FAFEN Parliament Monitor Provincial Assembly of Punjab 42nd Session Report

The brief 42nd session of the Punjab Assembly that passed six pieces of legislation was marked by the disinterest of MPAs in sessions’ proceedings. The session witnessed low attendance of members in each of the four sittings and persistent lack of quorum. On average, only 36 out of 371 members were present at the beginning of each sitting while 55 at the end.

The session, which met between November 5th and 8th, lasted 12 hours and 20 minutes with each sitting lasting, on average, three hours and five minutes. Each sitting was delayed on average by 113 minutes.

The Punjab Assembly is the largest legislature in the country with a membership of 371. Despite their responsibility to represent such a vast number of people, the attendance of members especially at the beginning and the end of each sitting remained significantly lower than the minimum required one fourth (93) of the total strength (371) for passing bills. The lack of quorum was pointed out on four occasions, while at many other occasions the lack of quorum went unnoticed.

The presence of the Speaker, Deputy Speaker, Chief Minister, the Leader of the Opposition and the parliamentary leaders in the house highlights their interest in the proceedings. The Chief Minister did not attend the session while the Leader of the Opposition attended one sitting for 20 minutes. The Speaker chaired all but one sitting, which was presided over by the Deputy Speaker. The MMAP parliamentary leader attended three sittings while the PML and PMLF party heads attended present in one sitting each.

The parliamentary head of PMLZ did not attend the session. While the attendance of members remained low, the assembly managed to pass six bills – four new pieces of legislation and two amendments to existing laws.

None of the seven resolutions appearing on the orders of the day were taken up by the house.

In the legislature’s oversight over the government, which is mainly carried out through putting questions, a total of 112 starred questions (requiring oral reply) – 45 by women and 67 by men members – were asked during the session, with the most directed to the Punjab Ministries of food, health, livestock and diary development, youth affairs, sports, archaeology and tourism departments. Women legislators were observed to be more proactive in holding the executive accountable to the legislature with each woman MPA, on average, asking 0.5 questions1. No unstarred questions (requiring written reply) were raised during the session.
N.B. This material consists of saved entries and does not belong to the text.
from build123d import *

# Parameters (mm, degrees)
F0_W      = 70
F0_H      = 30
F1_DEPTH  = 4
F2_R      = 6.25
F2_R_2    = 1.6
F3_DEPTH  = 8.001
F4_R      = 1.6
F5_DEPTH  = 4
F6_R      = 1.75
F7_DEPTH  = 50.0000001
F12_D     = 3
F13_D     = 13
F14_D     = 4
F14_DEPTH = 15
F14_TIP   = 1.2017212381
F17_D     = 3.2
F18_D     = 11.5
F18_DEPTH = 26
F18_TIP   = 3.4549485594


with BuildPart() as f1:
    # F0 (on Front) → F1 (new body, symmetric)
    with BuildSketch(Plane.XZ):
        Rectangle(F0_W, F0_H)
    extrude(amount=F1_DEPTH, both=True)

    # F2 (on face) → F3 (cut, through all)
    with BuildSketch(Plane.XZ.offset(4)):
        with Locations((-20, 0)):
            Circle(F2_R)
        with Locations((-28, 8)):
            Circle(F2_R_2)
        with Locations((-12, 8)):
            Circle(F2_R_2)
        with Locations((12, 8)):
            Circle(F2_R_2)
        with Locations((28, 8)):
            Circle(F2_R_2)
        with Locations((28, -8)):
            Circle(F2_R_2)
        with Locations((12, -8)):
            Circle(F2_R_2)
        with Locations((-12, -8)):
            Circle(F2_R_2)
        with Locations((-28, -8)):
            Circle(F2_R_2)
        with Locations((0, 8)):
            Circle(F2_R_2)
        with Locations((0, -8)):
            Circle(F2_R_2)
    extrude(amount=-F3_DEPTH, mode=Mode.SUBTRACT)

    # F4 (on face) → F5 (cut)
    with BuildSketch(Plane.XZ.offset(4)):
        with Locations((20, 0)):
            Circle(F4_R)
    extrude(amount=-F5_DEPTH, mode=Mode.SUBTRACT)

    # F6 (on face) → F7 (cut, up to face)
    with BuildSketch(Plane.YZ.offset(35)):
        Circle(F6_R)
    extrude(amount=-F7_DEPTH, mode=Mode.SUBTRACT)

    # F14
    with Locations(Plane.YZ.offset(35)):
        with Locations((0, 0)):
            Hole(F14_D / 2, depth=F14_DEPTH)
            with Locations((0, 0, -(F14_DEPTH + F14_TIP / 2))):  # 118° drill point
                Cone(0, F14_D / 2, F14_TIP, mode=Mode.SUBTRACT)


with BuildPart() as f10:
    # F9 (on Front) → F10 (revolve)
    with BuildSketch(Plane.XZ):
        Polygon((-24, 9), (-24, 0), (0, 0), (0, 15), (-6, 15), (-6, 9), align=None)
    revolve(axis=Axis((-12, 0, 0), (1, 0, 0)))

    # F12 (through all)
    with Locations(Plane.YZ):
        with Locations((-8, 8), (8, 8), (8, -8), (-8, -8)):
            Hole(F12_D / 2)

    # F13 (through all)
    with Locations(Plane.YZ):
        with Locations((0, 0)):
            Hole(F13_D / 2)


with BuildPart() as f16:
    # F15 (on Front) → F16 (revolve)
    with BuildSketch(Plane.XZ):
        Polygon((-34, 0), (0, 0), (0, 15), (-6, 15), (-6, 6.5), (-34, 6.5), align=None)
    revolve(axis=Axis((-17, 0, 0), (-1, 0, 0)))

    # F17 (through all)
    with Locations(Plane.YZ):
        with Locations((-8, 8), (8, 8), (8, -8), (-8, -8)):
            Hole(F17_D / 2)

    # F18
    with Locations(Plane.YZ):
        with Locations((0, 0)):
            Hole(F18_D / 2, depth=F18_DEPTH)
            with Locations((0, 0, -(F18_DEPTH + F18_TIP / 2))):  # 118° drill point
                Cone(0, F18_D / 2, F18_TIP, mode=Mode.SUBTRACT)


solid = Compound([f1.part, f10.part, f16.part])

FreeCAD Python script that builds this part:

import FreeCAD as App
import Part
import Sketcher

V = App.Vector


def add_polygon(sketch, points):
    """Adds a closed chain of lines whose ends are joined by coincident constraints."""
    first, n = sketch.GeometryCount, len(points)
    for a, b in zip(points, points[1:] + points[:1]):
        sketch.addGeometry(Part.LineSegment(App.Vector(*a, 0), App.Vector(*b, 0)), False)
    for i in range(n):
        sketch.addConstraint(Sketcher.Constraint("Coincident", first + i, 2, first + (i + 1) % n, 1))

doc = App.newDocument("Part")
body = doc.addObject("PartDesign::Body", "Body")

sketch1 = doc.addObject("Sketcher::SketchObject", "Sketch")
body.addObject(sketch1)
sketch1.AttachmentSupport = (doc.XZ_Plane, [""])
sketch1.MapMode = "FlatFace"
add_polygon(sketch1, [(-35, 15), (-35, -15), (35, -15), (35, 15)])
sketch1.addConstraint([
    Sketcher.Constraint("Vertical", 0),
    Sketcher.Constraint("Horizontal", 1),
    Sketcher.Constraint("Vertical", 2),
    Sketcher.Constraint("Horizontal", 3),
    Sketcher.Constraint("Symmetric", 0, 2, 2, 2, -1, 1),
    Sketcher.Constraint("DistanceX", 1, 1, 1, 2, 70.0),
    Sketcher.Constraint("DistanceY", 0, 2, 0, 1, 30.0),
])
pad1 = doc.addObject("PartDesign::Pad", "Pad")
body.addObject(pad1)
pad1.Profile = sketch1
pad1.Length = 8
pad1.Midplane = True

sketch2 = doc.addObject("Sketcher::SketchObject", "Sketch001")
body.addObject(sketch2)
sketch2.AttachmentSupport = (doc.XZ_Plane, [""])
sketch2.MapMode = "FlatFace"
sketch2.AttachmentOffset = App.Placement(V(0, 0, 4), App.Rotation())
sketch2.addGeometry([
    Part.Circle(V(-20, 0, 0), V(0, 0, 1), 6.2),
    Part.Circle(V(-28, 8, 0), V(0, 0, 1), 1.6),
    Part.Circle(V(-12, 8, 0), V(0, 0, 1), 1.6),
    Part.Circle(V(12, 8, 0), V(0, 0, 1), 1.6),
    Part.Circle(V(28, 8, 0), V(0, 0, 1), 1.6),
    Part.Circle(V(28, -8, 0), V(0, 0, 1), 1.6),
    Part.Circle(V(12, -8, 0), V(0, 0, 1), 1.6),
    Part.Circle(V(-12, -8, 0), V(0, 0, 1), 1.6),
    Part.Circle(V(-28, -8, 0), V(0, 0, 1), 1.6),
    Part.Circle(V(0, 8, 0), V(0, 0, 1), 1.6),
    Part.Circle(V(0, -8, 0), V(0, 0, 1), 1.6),
], False)
sketch2.addConstraint([
    Sketcher.Constraint("Equal", 1, 2),
    Sketcher.Constraint("Equal", 2, 3),
    Sketcher.Constraint("Equal", 3, 4),
    Sketcher.Constraint("Equal", 4, 5),
    Sketcher.Constraint("Equal", 5, 6),
    Sketcher.Constraint("Equal", 6, 7),
    Sketcher.Constraint("Equal", 7, 8),
    Sketcher.Constraint("Equal", 8, 9),
    Sketcher.Constraint("Equal", 9, 10),
    Sketcher.Constraint("Symmetric", 1, 3, 5, 3, -1, 1),
    Sketcher.Constraint("Symmetric", 2, 3, 6, 3, -1, 1),
    Sketcher.Constraint("Symmetric", 3, 3, 7, 3, -1, 1),
    Sketcher.Constraint("Symmetric", 4, 3, 8, 3, -1, 1),
    Sketcher.Constraint("Symmetric", 9, 3, 10, 3, -1, 1),
    Sketcher.Constraint("Symmetric", 2, 3, 3, 3, -2),
    Sketcher.Constraint("Symmetric", 1, 3, 4, 3, -2),
    Sketcher.Constraint("PointOnObject", 0, 3, -1),
    Sketcher.Constraint("PointOnObject", 9, 3, -2),
    Sketcher.Constraint("Horizontal", 1, 3, 2, 3),
    Sketcher.Constraint("Horizontal", 4, 3, 9, 3),
    Sketcher.Constraint("Diameter", 0, 12.5),
    Sketcher.Constraint("Diameter", 1, 3.2),
    Sketcher.Constraint("DistanceX", 0, 3, -1, 1, 20.0),
    Sketcher.Constraint("DistanceX", 1, 3, -1, 1, 28.0),
    Sketcher.Constraint("DistanceY", -1, 1, 1, 3, 8.0),
    Sketcher.Constraint("DistanceX", 2, 3, -1, 1, 12.0),
])
pocket1 = doc.addObject("PartDesign::Pocket", "Pocket")
body.addObject(pocket1)
pocket1.Profile = sketch2
pocket1.Type = "ThroughAll"

sketch3 = doc.addObject("Sketcher::SketchObject", "Sketch002")
body.addObject(sketch3)
sketch3.AttachmentSupport = (doc.XZ_Plane, [""])
sketch3.MapMode = "FlatFace"
sketch3.AttachmentOffset = App.Placement(V(0, 0, 4), App.Rotation())
sketch3.addGeometry(Part.Circle(V(20, 0, 0), V(0, 0, 1), 1.6), False)
sketch3.addConstraint([
    Sketcher.Constraint("PointOnObject", 0, 3, -1),
    Sketcher.Constraint("Diameter", 0, 3.2),
    Sketcher.Constraint("DistanceX", -1, 1, 0, 3, 20.0),
])
pocket2 = doc.addObject("PartDesign::Pocket", "Pocket001")
body.addObject(pocket2)
pocket2.Profile = sketch3
pocket2.Length = 4

sketch4 = doc.addObject("Sketcher::SketchObject", "Sketch003")
body.addObject(sketch4)
sketch4.AttachmentSupport = (doc.YZ_Plane, [""])
sketch4.MapMode = "FlatFace"
sketch4.AttachmentOffset = App.Placement(V(0, 0, 35), App.Rotation())
sketch4.addGeometry(Part.Circle(V(0, 0, 0), V(0, 0, 1), 1.8), False)
sketch4.addConstraint([
    Sketcher.Constraint("Coincident", 0, 3, -1, 1),
    Sketcher.Constraint("Diameter", 0, 3.5),
])
pocket3 = doc.addObject("PartDesign::Pocket", "Pocket002")
body.addObject(pocket3)
pocket3.Profile = sketch4
pocket3.Length = 50

sketch5 = doc.addObject("Sketcher::SketchObject", "Sketch004")
body.addObject(sketch5)
sketch5.AttachmentSupport = (doc.YZ_Plane, [""])
sketch5.MapMode = "FlatFace"
sketch5.AttachmentOffset = App.Placement(V(0, 0, 35), App.Rotation())
sketch5.addGeometry(Part.Circle(V(0, 0, 0), V(0, 0, 1), 2), False)
sketch5.addConstraint([
    Sketcher.Constraint("Coincident", 0, 3, -1, 1),
    Sketcher.Constraint("Diameter", 0, 4.0),
])
doc.recompute()
hole = doc.addObject("PartDesign::Hole", "Hole")
body.addObject(hole)
hole.Profile = sketch5
hole.ThreadType = "None"
hole.Diameter = 4
hole.DepthType = "Dimension"
hole.Depth = 15
hole.DrillPoint = "Angled"
hole.DrillPointAngle = 118
body2 = doc.addObject("PartDesign::Body", "Body001")

sketch6 = doc.addObject("Sketcher::SketchObject", "Sketch005")
body2.addObject(sketch6)
sketch6.AttachmentSupport = (doc.getObject("XZ_Plane001"), [""])
sketch6.MapMode = "FlatFace"
add_polygon(sketch6, [(-24, 9), (-24, 0), (0, 0), (0, 15), (-6, 15), (-6, 9)])
sketch6.addConstraint([
    Sketcher.Constraint("Vertical", 0),
    Sketcher.Constraint("Horizontal", 1),
    Sketcher.Constraint("Vertical", 2),
    Sketcher.Constraint("Horizontal", 3),
    Sketcher.Constraint("Vertical", 4),
    Sketcher.Constraint("Horizontal", 5),
    Sketcher.Constraint("Coincident", 1, 2, -1, 1),
    Sketcher.Constraint("Equal", 3, 4),
    Sketcher.Constraint("DistanceX", 1, 1, 1, 2, 24.0),
    Sketcher.Constraint("DistanceX", 3, 2, 3, 1, 6.0),
    Sketcher.Constraint("DistanceY", 0, 2, 0, 1, 9.0),
])
revolution = doc.addObject("PartDesign::Revolution", "Revolution")
body2.addObject(revolution)
revolution.Profile = sketch6
revolution.ReferenceAxis = (sketch6, ["H_Axis"])
revolution.Angle = 360

sketch7 = doc.addObject("Sketcher::SketchObject", "Sketch006")
body2.addObject(sketch7)
sketch7.AttachmentSupport = (doc.getObject("YZ_Plane001"), [""])
sketch7.MapMode = "FlatFace"
sketch7.addGeometry([
    Part.Circle(V(-8, 8, 0), V(0, 0, 1), 1.5),
    Part.Circle(V(8, 8, 0), V(0, 0, 1), 1.5),
    Part.Circle(V(8, -8, 0), V(0, 0, 1), 1.5),
    Part.Circle(V(-8, -8, 0), V(0, 0, 1), 1.5),
], False)
sketch7.addConstraint([
    Sketcher.Constraint("Equal", 0, 1),
    Sketcher.Constraint("Equal", 1, 2),
    Sketcher.Constraint("Equal", 2, 3),
    Sketcher.Constraint("Symmetric", 0, 3, 2, 3, -1, 1),
    Sketcher.Constraint("Symmetric", 1, 3, 3, 3, -1, 1),
    Sketcher.Constraint("Symmetric", 0, 3, 1, 3, -2),
    Sketcher.Constraint("Diameter", 0, 3.0),
    Sketcher.Constraint("DistanceX", 0, 3, -1, 1, 8.0),
    Sketcher.Constraint("DistanceY", -1, 1, 0, 3, 8.0),
])
doc.recompute()
hole2 = doc.addObject("PartDesign::Hole", "Hole001")
body2.addObject(hole2)
hole2.Profile = sketch7
hole2.ThreadType = "None"
hole2.Diameter = 3
hole2.DepthType = "ThroughAll"

sketch8 = doc.addObject("Sketcher::SketchObject", "Sketch007")
body2.addObject(sketch8)
sketch8.AttachmentSupport = (doc.getObject("YZ_Plane001"), [""])
sketch8.MapMode = "FlatFace"
sketch8.addGeometry(Part.Circle(V(0, 0, 0), V(0, 0, 1), 6), False)
sketch8.addConstraint([
    Sketcher.Constraint("Coincident", 0, 3, -1, 1),
    Sketcher.Constraint("Diameter", 0, 13.0),
])
doc.recompute()
hole3 = doc.addObject("PartDesign::Hole", "Hole002")
body2.addObject(hole3)
hole3.Profile = sketch8
hole3.ThreadType = "None"
hole3.Diameter = 13
hole3.DepthType = "ThroughAll"
body3 = doc.addObject("PartDesign::Body", "Body002")

sketch9 = doc.addObject("Sketcher::SketchObject", "Sketch008")
body3.addObject(sketch9)
sketch9.AttachmentSupport = (doc.getObject("XZ_Plane002"), [""])
sketch9.MapMode = "FlatFace"
add_polygon(sketch9, [(-34, 0), (0, 0), (0, 15), (-6, 15), (-6, 6), (-34, 6)])
sketch9.addConstraint([
    Sketcher.Constraint("Horizontal", 0),
    Sketcher.Constraint("Vertical", 1),
    Sketcher.Constraint("Horizontal", 2),
    Sketcher.Constraint("Vertical", 3),
    Sketcher.Constraint("Horizontal", 4),
    Sketcher.Constraint("Vertical", 5),
    Sketcher.Constraint("Coincident", 0, 2, -1, 1),
    Sketcher.Constraint("DistanceX", 0, 1, 0, 2, 34.0),
    Sketcher.Constraint("DistanceX", 2, 2, 2, 1, 6.0),
    Sketcher.Constraint("DistanceY", 1, 1, 1, 2, 15.0),
    Sketcher.Constraint("DistanceY", 3, 2, 3, 1, 8.5),
])
revolution2 = doc.addObject("PartDesign::Revolution", "Revolution001")
body3.addObject(revolution2)
revolution2.Profile = sketch9
revolution2.ReferenceAxis = (sketch9, ["H_Axis"])
revolution2.Angle = 360

sketch10 = doc.addObject("Sketcher::SketchObject", "Sketch009")
body3.addObject(sketch10)
sketch10.AttachmentSupport = (doc.getObject("YZ_Plane002"), [""])
sketch10.MapMode = "FlatFace"
sketch10.addGeometry([
    Part.Circle(V(-8, 8, 0), V(0, 0, 1), 1.6),
    Part.Circle(V(8, 8, 0), V(0, 0, 1), 1.6),
    Part.Circle(V(8, -8, 0), V(0, 0, 1), 1.6),
    Part.Circle(V(-8, -8, 0), V(0, 0, 1), 1.6),
], False)
sketch10.addConstraint([
    Sketcher.Constraint("Equal", 0, 1),
    Sketcher.Constraint("Equal", 1, 2),
    Sketcher.Constraint("Equal", 2, 3),
    Sketcher.Constraint("Symmetric", 0, 3, 2, 3, -1, 1),
    Sketcher.Constraint("Symmetric", 1, 3, 3, 3, -1, 1),
    Sketcher.Constraint("Symmetric", 0, 3, 1, 3, -2),
    Sketcher.Constraint("Diameter", 0, 3.2),
    Sketcher.Constraint("DistanceX", 0, 3, -1, 1, 8.0),
    Sketcher.Constraint("DistanceY", -1, 1, 0, 3, 8.0),
])
doc.recompute()
hole4 = doc.addObject("PartDesign::Hole", "Hole003")
body3.addObject(hole4)
hole4.Profile = sketch10
hole4.ThreadType = "None"
hole4.Diameter = 3.2
hole4.DepthType = "ThroughAll"

sketch11 = doc.addObject("Sketcher::SketchObject", "Sketch010")
body3.addObject(sketch11)
sketch11.AttachmentSupport = (doc.getObject("YZ_Plane002"), [""])
sketch11.MapMode = "FlatFace"
sketch11.addGeometry(Part.Circle(V(0, 0, 0), V(0, 0, 1), 6), False)
sketch11.addConstraint([
    Sketcher.Constraint("Coincident", 0, 3, -1, 1),
    Sketcher.Constraint("Diameter", 0, 11.5),
])
doc.recompute()
hole5 = doc.addObject("PartDesign::Hole", "Hole004")
body3.addObject(hole5)
hole5.Profile = sketch11
hole5.ThreadType = "None"
hole5.Diameter = 11.5
hole5.DepthType = "Dimension"
hole5.Depth = 26
hole5.DrillPoint = "Angled"
hole5.DrillPointAngle = 118

doc.recompute()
Calling attention notices are also a tool of oversight of executive through which the attention of a minister is drawn towards a matter of urgent public importance. Through this notice, a member can request a minister to pay attention to a particular matter and take necessary steps to address it. Two law and order issues were raised through these CANs – members called the attention of the house towards murders cases in district Kasur and Lahore.

Among other agenda items, a total of eight adjournment motions were raised and taken up during the session. The house took up adjournment motions regarding conveyance allowances for provincial government employees, water shortage, theft of fuel, restoration of heritage sites, education, provincial budget and construction of prisons.

Speeches by members and treasury rejoinders on points of order took 13% of the total session time, dipping into the time otherwise allocated for agenda items on the order of the day. Unless the speaker gives a formal ruling on a point of order, speeches and rejoinders do not contribute to any assembly output and only provide media with news pegs.

The house witnessed two walkouts during the 4th sitting. A PML female MPA walked out of the house protesting against the non-parliamentary behavior demonstrated by law minister. On another instance PML and PPPP legislators protested against the inclusion of bills on agenda at the eleventh hour.